* What needs to be done *
Everything from the line containing "from build123d import *" through the line containing "Line((-38.5, 19), (-15, 19))" in the listing below should be copied exactly, and nothing more.

Top of Record extracts

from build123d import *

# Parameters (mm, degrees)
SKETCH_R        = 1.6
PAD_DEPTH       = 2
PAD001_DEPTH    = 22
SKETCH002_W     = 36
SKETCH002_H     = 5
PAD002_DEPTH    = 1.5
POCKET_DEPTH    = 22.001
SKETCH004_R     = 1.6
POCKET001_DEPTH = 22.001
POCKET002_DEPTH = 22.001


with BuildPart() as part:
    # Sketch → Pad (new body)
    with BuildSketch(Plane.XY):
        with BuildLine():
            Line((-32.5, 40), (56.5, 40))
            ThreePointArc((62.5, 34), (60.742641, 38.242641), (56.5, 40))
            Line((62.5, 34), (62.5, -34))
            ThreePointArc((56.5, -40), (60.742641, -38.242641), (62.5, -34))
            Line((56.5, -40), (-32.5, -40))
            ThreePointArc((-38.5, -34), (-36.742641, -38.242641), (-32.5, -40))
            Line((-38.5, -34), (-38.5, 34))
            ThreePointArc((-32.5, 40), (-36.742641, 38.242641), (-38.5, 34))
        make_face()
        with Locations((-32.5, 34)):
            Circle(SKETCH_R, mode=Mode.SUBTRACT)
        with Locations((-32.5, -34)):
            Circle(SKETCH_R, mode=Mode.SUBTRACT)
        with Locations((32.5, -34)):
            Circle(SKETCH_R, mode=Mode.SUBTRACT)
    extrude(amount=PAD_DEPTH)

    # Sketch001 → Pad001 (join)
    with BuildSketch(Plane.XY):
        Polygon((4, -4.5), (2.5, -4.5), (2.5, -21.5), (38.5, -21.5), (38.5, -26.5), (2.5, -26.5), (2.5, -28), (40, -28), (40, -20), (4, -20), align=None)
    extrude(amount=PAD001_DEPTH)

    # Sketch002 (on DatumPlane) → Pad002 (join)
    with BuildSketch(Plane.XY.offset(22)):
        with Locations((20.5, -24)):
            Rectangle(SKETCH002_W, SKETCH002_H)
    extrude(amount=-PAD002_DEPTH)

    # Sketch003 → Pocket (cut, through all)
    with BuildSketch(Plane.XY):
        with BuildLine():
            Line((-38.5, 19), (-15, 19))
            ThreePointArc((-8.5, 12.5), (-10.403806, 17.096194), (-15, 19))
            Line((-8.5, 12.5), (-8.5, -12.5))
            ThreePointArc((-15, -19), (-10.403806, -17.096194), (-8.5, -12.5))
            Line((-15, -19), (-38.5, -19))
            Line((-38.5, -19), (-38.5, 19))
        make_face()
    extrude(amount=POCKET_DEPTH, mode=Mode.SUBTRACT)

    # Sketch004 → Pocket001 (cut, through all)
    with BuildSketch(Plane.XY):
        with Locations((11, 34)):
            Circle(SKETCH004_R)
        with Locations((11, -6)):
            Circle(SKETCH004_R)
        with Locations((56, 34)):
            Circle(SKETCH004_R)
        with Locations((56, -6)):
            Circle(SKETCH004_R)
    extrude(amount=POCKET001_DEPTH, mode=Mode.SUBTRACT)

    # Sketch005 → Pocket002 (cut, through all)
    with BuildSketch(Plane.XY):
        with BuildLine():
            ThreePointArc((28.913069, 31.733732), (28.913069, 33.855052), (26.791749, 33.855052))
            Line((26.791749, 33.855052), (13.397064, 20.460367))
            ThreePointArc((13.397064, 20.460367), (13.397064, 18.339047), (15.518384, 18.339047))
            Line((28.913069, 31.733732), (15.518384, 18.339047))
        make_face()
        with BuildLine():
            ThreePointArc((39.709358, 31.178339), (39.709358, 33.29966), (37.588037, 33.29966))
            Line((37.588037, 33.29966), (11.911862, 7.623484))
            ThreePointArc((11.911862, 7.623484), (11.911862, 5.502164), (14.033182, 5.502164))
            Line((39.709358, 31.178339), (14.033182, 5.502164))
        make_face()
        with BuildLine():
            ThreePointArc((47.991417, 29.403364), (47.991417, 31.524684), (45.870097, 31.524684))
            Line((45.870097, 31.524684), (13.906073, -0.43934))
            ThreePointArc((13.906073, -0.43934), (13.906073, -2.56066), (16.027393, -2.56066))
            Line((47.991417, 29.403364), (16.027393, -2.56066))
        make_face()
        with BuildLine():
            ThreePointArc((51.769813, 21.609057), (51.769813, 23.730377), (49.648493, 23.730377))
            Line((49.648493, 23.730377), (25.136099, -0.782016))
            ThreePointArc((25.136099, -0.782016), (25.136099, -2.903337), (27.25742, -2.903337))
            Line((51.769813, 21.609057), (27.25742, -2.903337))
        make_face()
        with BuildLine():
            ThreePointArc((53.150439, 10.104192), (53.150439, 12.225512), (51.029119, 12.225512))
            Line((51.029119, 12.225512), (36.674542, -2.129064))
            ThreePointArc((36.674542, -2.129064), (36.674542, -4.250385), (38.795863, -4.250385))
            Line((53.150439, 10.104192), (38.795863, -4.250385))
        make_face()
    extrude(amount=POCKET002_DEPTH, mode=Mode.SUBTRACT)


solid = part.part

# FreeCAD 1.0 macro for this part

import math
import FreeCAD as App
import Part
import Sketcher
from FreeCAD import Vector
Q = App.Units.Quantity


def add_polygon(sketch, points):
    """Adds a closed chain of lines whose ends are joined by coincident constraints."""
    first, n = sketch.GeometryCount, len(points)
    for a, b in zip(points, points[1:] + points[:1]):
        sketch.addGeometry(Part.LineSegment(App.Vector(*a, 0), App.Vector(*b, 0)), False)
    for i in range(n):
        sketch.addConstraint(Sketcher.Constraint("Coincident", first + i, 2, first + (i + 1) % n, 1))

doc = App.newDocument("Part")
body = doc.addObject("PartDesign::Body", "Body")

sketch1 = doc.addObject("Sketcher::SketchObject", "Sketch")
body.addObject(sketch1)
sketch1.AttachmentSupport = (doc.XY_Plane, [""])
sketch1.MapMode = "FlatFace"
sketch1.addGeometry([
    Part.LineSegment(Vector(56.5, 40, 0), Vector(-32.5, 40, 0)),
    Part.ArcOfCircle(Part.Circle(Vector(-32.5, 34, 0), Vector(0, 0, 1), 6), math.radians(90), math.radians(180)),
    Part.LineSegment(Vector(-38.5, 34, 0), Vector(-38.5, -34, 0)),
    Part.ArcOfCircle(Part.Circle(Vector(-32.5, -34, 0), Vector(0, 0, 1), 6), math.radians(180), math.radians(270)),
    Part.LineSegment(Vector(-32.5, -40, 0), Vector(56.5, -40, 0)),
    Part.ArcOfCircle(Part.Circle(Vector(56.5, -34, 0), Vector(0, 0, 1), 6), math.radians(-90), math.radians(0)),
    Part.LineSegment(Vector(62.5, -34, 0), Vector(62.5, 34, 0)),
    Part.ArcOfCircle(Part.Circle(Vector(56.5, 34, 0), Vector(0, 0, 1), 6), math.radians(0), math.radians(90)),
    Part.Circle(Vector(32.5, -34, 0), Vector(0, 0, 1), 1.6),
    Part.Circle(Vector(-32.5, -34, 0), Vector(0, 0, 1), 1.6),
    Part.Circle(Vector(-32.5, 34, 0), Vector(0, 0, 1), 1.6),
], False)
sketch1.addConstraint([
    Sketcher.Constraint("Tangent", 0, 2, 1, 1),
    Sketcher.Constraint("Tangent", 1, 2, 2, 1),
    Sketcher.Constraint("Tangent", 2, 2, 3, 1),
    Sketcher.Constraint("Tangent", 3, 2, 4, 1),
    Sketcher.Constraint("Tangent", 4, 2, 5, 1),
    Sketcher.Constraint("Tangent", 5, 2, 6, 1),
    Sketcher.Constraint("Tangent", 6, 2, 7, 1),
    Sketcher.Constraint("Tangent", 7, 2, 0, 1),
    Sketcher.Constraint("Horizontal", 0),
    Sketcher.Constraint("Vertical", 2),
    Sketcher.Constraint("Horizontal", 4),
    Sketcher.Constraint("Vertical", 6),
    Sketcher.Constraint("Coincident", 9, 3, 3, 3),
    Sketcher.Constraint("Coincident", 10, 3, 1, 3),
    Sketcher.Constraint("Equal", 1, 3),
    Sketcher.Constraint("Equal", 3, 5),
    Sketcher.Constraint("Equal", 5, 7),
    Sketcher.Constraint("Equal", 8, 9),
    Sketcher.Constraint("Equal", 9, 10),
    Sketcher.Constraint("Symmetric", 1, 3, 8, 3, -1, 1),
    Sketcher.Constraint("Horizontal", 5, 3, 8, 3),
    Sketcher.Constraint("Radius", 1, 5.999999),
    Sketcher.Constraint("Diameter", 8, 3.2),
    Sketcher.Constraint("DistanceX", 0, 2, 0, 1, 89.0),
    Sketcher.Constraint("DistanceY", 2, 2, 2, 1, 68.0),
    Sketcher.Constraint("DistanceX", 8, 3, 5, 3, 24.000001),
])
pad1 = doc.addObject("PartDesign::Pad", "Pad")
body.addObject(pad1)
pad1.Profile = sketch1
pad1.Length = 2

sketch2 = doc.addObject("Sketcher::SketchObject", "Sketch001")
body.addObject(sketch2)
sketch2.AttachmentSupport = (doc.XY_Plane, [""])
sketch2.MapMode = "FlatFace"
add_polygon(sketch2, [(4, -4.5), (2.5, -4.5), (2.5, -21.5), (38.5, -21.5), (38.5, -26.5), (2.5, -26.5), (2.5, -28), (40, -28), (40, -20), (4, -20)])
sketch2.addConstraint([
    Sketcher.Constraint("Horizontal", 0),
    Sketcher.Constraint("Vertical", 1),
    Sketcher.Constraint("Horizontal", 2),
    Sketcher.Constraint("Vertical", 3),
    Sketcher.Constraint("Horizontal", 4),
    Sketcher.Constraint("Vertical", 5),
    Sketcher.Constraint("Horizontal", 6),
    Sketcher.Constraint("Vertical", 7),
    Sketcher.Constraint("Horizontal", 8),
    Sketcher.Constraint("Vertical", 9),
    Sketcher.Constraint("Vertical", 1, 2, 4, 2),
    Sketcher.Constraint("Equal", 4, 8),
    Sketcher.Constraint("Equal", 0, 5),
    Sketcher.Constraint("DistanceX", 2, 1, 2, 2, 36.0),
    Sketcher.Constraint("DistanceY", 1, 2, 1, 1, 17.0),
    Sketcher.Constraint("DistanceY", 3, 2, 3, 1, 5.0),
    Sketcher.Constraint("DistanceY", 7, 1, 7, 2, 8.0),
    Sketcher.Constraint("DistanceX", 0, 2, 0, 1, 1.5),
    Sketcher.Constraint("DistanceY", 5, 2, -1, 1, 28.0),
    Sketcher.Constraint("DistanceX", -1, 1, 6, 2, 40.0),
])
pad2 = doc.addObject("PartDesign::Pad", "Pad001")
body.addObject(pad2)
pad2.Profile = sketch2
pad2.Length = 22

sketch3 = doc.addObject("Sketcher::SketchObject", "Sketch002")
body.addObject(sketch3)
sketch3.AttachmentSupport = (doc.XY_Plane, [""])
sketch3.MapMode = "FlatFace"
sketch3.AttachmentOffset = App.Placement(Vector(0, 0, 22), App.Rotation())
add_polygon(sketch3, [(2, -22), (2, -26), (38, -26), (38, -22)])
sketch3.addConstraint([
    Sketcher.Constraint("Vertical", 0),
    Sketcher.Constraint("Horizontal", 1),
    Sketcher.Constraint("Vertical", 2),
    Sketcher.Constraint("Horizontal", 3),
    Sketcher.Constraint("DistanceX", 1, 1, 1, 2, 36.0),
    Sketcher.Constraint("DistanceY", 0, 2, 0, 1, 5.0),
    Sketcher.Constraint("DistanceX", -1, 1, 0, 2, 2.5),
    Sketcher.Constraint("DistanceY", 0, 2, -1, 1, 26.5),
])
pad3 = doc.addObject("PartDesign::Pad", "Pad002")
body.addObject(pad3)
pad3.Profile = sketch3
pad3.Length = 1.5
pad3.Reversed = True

Bottom of Record extracts
Top of Record extracts

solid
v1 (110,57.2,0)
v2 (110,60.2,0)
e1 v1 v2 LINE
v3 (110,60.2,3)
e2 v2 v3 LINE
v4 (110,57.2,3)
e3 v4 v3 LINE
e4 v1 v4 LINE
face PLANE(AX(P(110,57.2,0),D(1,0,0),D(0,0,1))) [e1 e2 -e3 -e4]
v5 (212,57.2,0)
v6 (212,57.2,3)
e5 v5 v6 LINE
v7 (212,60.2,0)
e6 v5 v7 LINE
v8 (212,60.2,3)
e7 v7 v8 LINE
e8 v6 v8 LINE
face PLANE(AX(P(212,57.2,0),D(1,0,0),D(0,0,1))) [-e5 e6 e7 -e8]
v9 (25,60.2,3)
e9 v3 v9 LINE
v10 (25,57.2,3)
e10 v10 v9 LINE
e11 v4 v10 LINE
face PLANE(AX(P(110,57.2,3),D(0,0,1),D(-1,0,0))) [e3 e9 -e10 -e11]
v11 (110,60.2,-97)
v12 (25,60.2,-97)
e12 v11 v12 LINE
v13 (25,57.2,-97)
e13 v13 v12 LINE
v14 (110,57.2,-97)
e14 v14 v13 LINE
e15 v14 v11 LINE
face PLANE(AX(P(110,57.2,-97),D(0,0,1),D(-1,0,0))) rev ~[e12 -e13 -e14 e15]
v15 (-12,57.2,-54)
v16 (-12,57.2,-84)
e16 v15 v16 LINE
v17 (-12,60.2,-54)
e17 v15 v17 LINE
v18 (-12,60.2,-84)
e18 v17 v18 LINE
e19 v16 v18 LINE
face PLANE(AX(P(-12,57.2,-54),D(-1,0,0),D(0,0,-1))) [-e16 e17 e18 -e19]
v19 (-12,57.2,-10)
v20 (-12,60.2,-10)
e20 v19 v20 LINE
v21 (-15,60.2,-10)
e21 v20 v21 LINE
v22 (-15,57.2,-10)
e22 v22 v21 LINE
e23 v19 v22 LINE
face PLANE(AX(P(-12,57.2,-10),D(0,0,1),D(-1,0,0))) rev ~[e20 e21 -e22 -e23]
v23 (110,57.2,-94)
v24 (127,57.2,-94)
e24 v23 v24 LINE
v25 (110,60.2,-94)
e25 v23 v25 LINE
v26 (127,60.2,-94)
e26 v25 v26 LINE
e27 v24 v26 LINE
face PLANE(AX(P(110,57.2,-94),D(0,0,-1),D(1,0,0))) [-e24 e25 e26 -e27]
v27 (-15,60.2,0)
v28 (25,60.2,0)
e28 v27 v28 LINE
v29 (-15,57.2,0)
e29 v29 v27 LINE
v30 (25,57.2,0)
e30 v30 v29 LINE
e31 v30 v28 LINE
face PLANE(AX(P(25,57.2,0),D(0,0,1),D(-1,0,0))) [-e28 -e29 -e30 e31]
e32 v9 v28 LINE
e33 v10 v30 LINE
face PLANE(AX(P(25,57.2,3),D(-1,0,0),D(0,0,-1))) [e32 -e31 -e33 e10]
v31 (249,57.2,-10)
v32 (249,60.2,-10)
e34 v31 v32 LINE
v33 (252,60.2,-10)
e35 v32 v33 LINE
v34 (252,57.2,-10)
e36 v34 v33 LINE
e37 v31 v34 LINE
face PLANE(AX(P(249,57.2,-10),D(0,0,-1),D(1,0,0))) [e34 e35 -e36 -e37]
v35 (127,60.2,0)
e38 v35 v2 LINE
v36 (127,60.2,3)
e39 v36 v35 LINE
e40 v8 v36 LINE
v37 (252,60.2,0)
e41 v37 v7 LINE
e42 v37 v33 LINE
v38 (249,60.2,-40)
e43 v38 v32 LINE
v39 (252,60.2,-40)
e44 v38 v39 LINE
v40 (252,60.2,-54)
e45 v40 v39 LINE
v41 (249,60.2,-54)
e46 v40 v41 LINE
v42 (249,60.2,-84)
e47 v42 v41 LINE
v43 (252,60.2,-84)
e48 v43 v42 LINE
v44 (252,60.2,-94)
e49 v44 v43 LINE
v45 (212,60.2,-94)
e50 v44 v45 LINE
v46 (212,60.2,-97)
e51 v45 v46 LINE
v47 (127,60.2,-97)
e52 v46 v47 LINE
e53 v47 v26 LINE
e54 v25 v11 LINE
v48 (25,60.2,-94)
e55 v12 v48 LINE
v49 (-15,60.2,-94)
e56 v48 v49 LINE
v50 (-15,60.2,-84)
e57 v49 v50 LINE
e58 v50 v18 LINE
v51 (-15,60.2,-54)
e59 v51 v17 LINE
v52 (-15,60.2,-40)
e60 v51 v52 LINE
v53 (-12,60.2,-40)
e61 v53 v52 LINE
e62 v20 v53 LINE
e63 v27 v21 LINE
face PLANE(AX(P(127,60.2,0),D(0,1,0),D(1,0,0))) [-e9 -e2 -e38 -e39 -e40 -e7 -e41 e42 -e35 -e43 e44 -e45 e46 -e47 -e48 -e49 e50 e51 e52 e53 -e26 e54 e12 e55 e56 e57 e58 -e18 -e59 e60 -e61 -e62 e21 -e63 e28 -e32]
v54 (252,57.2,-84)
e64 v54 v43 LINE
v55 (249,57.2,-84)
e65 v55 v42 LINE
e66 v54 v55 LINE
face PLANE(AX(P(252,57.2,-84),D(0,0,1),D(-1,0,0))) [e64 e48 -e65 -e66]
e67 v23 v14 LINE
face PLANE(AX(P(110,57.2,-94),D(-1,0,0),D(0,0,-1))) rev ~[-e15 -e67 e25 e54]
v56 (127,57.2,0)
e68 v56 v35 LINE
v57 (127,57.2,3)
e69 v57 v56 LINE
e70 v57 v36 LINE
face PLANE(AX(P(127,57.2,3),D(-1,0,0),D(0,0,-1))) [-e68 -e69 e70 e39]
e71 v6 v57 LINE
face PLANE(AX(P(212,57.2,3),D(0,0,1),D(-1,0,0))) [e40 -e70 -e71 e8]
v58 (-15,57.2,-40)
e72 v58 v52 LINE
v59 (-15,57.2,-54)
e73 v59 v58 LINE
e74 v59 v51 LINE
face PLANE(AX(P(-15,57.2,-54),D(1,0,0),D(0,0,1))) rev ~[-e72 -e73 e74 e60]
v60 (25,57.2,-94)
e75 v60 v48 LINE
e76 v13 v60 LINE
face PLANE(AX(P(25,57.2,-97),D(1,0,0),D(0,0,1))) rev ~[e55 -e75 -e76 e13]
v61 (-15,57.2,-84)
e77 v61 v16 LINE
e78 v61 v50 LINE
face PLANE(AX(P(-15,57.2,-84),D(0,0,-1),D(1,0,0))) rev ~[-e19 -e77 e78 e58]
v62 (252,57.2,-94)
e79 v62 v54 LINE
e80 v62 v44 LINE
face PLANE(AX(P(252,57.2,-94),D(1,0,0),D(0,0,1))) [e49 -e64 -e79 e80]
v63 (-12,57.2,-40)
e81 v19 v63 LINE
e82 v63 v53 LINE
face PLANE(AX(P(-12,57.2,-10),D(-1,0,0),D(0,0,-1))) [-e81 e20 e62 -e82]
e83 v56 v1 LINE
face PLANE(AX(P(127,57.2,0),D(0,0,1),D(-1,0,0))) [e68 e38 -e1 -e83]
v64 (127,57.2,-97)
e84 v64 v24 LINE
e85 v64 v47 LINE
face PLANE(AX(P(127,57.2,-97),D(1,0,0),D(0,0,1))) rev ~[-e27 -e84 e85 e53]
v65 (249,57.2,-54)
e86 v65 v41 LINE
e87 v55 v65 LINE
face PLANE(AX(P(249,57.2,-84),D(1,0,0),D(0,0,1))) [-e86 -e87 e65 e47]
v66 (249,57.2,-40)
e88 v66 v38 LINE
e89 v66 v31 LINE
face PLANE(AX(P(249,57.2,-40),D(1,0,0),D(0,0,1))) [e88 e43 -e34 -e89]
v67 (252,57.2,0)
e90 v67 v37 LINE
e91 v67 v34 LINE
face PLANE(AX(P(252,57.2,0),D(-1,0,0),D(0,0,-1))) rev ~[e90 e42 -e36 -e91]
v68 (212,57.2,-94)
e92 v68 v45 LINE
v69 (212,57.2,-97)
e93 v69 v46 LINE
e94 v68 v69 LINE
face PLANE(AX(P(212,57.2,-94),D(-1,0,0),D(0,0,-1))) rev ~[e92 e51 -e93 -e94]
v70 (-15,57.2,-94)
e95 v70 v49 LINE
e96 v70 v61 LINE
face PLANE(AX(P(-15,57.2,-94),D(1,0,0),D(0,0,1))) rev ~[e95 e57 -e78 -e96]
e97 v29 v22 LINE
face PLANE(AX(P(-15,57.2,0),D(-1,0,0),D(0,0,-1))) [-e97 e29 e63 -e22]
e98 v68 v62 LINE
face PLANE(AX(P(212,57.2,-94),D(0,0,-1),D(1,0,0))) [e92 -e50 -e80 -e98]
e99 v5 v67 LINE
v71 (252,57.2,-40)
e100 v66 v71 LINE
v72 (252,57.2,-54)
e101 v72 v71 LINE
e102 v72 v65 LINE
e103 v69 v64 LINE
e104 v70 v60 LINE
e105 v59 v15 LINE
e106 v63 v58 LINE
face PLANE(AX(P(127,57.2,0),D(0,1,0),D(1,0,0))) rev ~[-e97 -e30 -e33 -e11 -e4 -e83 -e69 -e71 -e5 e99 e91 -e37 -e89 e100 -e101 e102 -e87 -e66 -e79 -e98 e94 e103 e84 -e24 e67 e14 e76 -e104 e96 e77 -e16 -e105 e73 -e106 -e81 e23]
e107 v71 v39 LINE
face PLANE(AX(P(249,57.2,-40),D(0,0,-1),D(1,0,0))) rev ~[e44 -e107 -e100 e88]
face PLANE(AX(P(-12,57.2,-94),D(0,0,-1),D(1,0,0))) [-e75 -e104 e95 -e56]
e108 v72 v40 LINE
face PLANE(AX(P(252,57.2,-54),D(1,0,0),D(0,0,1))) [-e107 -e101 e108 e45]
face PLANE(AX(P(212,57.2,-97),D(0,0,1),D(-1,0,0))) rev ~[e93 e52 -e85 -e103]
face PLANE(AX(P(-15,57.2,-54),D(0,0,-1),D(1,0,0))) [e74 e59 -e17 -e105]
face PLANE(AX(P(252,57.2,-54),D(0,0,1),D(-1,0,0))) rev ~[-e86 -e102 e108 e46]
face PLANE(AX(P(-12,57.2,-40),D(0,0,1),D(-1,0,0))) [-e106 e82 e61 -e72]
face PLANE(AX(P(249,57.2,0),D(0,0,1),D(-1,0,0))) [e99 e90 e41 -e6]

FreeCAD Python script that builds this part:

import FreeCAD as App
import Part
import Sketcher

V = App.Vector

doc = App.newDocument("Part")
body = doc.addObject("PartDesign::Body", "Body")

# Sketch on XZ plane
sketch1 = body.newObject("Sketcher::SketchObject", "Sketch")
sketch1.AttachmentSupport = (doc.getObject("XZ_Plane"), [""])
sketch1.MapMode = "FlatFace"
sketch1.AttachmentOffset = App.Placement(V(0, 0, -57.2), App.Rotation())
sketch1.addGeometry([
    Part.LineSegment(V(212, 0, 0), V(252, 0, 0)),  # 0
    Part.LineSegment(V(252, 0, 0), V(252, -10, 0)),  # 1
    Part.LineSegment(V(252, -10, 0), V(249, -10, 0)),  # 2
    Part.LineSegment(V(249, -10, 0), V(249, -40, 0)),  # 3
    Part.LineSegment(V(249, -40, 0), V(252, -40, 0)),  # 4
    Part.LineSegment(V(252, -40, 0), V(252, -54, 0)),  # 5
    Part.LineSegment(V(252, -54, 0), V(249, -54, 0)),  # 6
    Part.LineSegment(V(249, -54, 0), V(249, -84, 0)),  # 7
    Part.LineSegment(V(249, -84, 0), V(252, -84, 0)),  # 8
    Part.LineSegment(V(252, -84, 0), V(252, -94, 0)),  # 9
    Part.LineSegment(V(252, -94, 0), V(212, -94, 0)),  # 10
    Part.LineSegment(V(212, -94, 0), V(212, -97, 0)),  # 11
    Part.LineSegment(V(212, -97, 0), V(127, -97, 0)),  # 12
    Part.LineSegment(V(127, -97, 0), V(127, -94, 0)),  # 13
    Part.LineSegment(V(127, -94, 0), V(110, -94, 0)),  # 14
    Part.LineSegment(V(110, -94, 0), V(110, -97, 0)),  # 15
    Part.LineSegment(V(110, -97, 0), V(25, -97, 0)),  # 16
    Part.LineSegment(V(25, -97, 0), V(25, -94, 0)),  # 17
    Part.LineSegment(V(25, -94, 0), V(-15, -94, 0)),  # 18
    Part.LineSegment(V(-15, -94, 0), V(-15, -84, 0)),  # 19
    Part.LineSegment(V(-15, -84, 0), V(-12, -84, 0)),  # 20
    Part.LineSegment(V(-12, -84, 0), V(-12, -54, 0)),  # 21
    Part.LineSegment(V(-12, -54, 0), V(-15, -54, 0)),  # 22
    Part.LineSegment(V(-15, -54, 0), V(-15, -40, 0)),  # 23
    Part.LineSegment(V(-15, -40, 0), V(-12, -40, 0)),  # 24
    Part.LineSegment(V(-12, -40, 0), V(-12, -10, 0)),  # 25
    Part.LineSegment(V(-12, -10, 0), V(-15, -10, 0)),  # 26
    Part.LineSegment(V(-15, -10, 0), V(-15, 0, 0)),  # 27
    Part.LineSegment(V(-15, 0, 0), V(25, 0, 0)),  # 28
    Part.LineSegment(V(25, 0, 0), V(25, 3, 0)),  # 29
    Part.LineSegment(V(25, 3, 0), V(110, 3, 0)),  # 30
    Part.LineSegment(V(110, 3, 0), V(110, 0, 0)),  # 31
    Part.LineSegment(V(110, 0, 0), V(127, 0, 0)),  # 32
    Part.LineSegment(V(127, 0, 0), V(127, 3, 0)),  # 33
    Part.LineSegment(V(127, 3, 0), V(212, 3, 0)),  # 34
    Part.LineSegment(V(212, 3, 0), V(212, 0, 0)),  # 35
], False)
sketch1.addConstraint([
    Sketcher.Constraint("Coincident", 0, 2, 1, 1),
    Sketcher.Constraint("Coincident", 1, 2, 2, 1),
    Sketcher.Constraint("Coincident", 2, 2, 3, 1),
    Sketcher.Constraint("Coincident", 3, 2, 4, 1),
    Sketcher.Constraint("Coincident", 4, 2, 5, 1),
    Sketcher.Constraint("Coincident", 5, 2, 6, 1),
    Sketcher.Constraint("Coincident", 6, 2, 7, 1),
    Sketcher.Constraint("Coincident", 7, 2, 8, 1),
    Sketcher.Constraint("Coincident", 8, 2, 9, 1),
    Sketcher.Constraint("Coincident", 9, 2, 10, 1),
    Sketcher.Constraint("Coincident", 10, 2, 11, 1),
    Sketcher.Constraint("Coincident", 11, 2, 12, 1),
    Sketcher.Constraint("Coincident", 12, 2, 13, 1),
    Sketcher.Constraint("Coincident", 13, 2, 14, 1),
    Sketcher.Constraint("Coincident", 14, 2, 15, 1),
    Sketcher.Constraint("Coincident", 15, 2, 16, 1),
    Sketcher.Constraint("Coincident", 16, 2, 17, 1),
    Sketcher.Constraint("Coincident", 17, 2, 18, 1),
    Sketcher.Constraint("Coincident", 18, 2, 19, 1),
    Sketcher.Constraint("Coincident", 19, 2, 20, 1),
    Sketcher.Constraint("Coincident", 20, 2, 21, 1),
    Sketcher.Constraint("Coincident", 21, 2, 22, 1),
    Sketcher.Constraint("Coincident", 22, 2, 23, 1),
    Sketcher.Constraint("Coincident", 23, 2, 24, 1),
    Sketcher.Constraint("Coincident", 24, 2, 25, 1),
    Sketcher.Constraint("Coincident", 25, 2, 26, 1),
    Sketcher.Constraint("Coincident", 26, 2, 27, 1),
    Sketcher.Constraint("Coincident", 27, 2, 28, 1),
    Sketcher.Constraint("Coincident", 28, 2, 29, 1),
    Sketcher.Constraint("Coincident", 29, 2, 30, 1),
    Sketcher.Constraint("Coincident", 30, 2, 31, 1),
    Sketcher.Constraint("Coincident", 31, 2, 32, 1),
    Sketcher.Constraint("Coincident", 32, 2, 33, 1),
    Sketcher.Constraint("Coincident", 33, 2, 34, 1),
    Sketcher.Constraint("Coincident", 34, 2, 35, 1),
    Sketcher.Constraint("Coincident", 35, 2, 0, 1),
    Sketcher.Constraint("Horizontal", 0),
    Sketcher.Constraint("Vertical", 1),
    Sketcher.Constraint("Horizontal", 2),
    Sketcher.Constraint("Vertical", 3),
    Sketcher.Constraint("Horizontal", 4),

Bottom of Record extracts

* Output *
from build123d import *

# Parameters (mm, degrees)
SKETCH_R        = 1.6
PAD_DEPTH       = 2
PAD001_DEPTH    = 22
SKETCH002_W     = 36
SKETCH002_H     = 5
PAD002_DEPTH    = 1.5
POCKET_DEPTH    = 22.001
SKETCH004_R     = 1.6
POCKET001_DEPTH = 22.001
POCKET002_DEPTH = 22.001


with BuildPart() as part:
    # Sketch → Pad (new body)
    with BuildSketch(Plane.XY):
        with BuildLine():
            Line((-32.5, 40), (56.5, 40))
            ThreePointArc((62.5, 34), (60.742641, 38.242641), (56.5, 40))
            Line((62.5, 34), (62.5, -34))
            ThreePointArc((56.5, -40), (60.742641, -38.242641), (62.5, -34))
            Line((56.5, -40), (-32.5, -40))
            ThreePointArc((-38.5, -34), (-36.742641, -38.242641), (-32.5, -40))
            Line((-38.5, -34), (-38.5, 34))
            ThreePointArc((-32.5, 40), (-36.742641, 38.242641), (-38.5, 34))
        make_face()
        with Locations((-32.5, 34)):
            Circle(SKETCH_R, mode=Mode.SUBTRACT)
        with Locations((-32.5, -34)):
            Circle(SKETCH_R, mode=Mode.SUBTRACT)
        with Locations((32.5, -34)):
            Circle(SKETCH_R, mode=Mode.SUBTRACT)
    extrude(amount=PAD_DEPTH)

    # Sketch001 → Pad001 (join)
    with BuildSketch(Plane.XY):
        Polygon((4, -4.5), (2.5, -4.5), (2.5, -21.5), (38.5, -21.5), (38.5, -26.5), (2.5, -26.5), (2.5, -28), (40, -28), (40, -20), (4, -20), align=None)
    extrude(amount=PAD001_DEPTH)

    # Sketch002 (on DatumPlane) → Pad002 (join)
    with BuildSketch(Plane.XY.offset(22)):
        with Locations((20.5, -24)):
            Rectangle(SKETCH002_W, SKETCH002_H)
    extrude(amount=-PAD002_DEPTH)

    # Sketch003 → Pocket (cut, through all)
    with BuildSketch(Plane.XY):
        with BuildLine():
            Line((-38.5, 19), (-15, 19))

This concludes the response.